Collected data entries
---*---
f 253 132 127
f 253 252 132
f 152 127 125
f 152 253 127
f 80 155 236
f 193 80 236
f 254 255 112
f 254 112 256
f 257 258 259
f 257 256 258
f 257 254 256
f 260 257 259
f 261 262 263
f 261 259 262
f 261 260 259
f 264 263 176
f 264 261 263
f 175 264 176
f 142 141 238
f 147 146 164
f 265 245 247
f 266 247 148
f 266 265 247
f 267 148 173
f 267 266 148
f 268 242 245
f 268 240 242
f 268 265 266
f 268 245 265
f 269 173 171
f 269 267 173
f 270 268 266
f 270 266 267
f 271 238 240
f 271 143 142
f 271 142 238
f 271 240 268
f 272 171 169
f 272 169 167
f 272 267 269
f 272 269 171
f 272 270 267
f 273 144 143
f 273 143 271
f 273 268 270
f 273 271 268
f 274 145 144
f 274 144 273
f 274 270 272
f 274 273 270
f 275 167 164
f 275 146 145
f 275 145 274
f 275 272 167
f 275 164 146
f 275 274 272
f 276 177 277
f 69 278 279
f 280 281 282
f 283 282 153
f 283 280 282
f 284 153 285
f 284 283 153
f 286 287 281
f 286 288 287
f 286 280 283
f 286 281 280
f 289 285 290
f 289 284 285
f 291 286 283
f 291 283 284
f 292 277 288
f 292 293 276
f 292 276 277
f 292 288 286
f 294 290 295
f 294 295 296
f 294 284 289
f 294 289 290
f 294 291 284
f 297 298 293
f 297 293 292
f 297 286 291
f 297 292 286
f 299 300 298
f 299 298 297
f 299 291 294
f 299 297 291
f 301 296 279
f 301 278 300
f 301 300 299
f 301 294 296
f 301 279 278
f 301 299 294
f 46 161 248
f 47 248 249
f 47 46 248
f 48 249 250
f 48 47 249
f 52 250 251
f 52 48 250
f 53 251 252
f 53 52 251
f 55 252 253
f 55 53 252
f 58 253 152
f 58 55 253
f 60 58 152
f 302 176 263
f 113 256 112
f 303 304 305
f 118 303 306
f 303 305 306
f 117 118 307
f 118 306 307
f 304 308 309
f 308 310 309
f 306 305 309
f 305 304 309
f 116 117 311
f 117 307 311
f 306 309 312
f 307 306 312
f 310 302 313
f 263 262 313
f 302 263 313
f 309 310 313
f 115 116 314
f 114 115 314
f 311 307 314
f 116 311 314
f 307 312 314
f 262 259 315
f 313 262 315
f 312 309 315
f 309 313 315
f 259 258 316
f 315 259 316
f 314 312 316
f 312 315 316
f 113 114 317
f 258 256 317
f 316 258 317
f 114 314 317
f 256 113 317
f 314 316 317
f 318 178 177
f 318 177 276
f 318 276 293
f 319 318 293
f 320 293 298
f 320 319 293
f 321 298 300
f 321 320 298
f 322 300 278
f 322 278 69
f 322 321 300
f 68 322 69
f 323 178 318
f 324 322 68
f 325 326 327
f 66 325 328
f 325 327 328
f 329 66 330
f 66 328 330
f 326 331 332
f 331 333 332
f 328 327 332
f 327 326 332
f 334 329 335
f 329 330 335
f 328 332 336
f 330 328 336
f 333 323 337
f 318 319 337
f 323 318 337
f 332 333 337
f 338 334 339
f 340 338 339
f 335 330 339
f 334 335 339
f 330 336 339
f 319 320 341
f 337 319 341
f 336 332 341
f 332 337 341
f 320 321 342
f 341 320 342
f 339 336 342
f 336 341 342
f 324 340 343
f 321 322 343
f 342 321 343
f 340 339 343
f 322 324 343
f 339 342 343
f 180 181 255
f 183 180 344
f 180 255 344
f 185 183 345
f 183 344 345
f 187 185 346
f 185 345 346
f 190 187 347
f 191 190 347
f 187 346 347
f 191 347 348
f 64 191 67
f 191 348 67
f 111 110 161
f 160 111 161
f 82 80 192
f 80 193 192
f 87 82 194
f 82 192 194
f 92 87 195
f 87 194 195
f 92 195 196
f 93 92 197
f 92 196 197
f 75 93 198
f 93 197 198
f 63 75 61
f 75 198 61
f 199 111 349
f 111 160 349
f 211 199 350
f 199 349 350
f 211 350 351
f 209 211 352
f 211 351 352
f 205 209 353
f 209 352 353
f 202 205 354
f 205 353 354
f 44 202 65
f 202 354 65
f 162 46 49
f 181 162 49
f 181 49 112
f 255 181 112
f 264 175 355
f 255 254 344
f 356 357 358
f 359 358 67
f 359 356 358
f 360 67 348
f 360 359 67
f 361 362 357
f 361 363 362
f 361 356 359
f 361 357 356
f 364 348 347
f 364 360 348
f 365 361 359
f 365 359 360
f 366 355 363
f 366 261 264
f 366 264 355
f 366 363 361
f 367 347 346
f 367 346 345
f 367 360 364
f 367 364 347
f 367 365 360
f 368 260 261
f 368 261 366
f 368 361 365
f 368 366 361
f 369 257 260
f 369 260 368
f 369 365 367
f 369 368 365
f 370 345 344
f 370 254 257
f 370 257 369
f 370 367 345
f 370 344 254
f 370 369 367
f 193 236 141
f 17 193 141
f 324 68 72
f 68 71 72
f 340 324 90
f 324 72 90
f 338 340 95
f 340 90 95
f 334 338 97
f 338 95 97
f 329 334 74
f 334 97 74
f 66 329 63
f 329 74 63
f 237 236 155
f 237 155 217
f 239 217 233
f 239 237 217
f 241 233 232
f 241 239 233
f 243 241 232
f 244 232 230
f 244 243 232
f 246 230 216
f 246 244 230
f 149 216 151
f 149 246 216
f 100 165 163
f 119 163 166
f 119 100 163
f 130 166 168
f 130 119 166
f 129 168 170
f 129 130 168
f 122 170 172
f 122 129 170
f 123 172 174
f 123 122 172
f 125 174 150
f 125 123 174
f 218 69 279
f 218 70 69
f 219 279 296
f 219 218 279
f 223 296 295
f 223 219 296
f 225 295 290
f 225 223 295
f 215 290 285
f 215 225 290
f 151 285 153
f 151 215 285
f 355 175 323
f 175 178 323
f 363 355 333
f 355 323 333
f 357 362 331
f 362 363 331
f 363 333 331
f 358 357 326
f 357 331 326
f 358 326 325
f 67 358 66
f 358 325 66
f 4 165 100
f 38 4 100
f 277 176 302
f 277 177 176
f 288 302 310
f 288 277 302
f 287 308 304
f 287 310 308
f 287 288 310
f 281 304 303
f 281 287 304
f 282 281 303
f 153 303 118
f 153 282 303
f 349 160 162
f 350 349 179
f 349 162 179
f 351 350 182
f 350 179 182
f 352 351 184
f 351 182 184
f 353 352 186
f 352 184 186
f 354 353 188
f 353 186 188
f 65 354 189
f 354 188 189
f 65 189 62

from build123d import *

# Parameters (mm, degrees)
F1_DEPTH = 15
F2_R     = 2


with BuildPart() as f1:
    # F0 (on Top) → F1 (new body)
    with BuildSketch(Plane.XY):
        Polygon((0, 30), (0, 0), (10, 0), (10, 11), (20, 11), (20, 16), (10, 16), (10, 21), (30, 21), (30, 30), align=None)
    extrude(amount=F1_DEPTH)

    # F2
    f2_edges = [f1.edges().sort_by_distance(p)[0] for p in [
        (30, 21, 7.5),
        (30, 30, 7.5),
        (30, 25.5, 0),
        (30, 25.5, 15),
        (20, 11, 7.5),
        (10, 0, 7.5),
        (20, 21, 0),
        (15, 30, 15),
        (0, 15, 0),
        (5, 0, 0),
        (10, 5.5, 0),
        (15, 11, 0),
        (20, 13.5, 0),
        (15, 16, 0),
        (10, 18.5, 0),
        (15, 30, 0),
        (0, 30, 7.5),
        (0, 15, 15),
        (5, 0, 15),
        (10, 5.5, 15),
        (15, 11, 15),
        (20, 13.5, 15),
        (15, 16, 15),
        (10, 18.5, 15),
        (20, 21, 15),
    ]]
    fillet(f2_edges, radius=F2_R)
---*---
*YOUR INSTRUCTIONS*: Look above for the line holding "f 329 74 63" and the line holding "f 225 295 290". Retype both, and every line between them, word for word and nothing else.

*FINAL ANSWER*:
f 329 74 63
f 237 236 155
f 237 155 217
f 239 217 233
f 239 237 217
f 241 233 232
f 241 239 233
f 243 241 232
f 244 232 230
f 244 243 232
f 246 230 216
f 246 244 230
f 149 216 151
f 149 246 216
f 100 165 163
f 119 163 166
f 119 100 163
f 130 166 168
f 130 119 166
f 129 168 170
f 129 130 168
f 122 170 172
f 122 129 170
f 123 172 174
f 123 122 172
f 125 174 150
f 125 123 174
f 218 69 279
f 218 70 69
f 219 279 296
f 219 218 279
f 223 296 295
f 223 219 296
f 225 295 290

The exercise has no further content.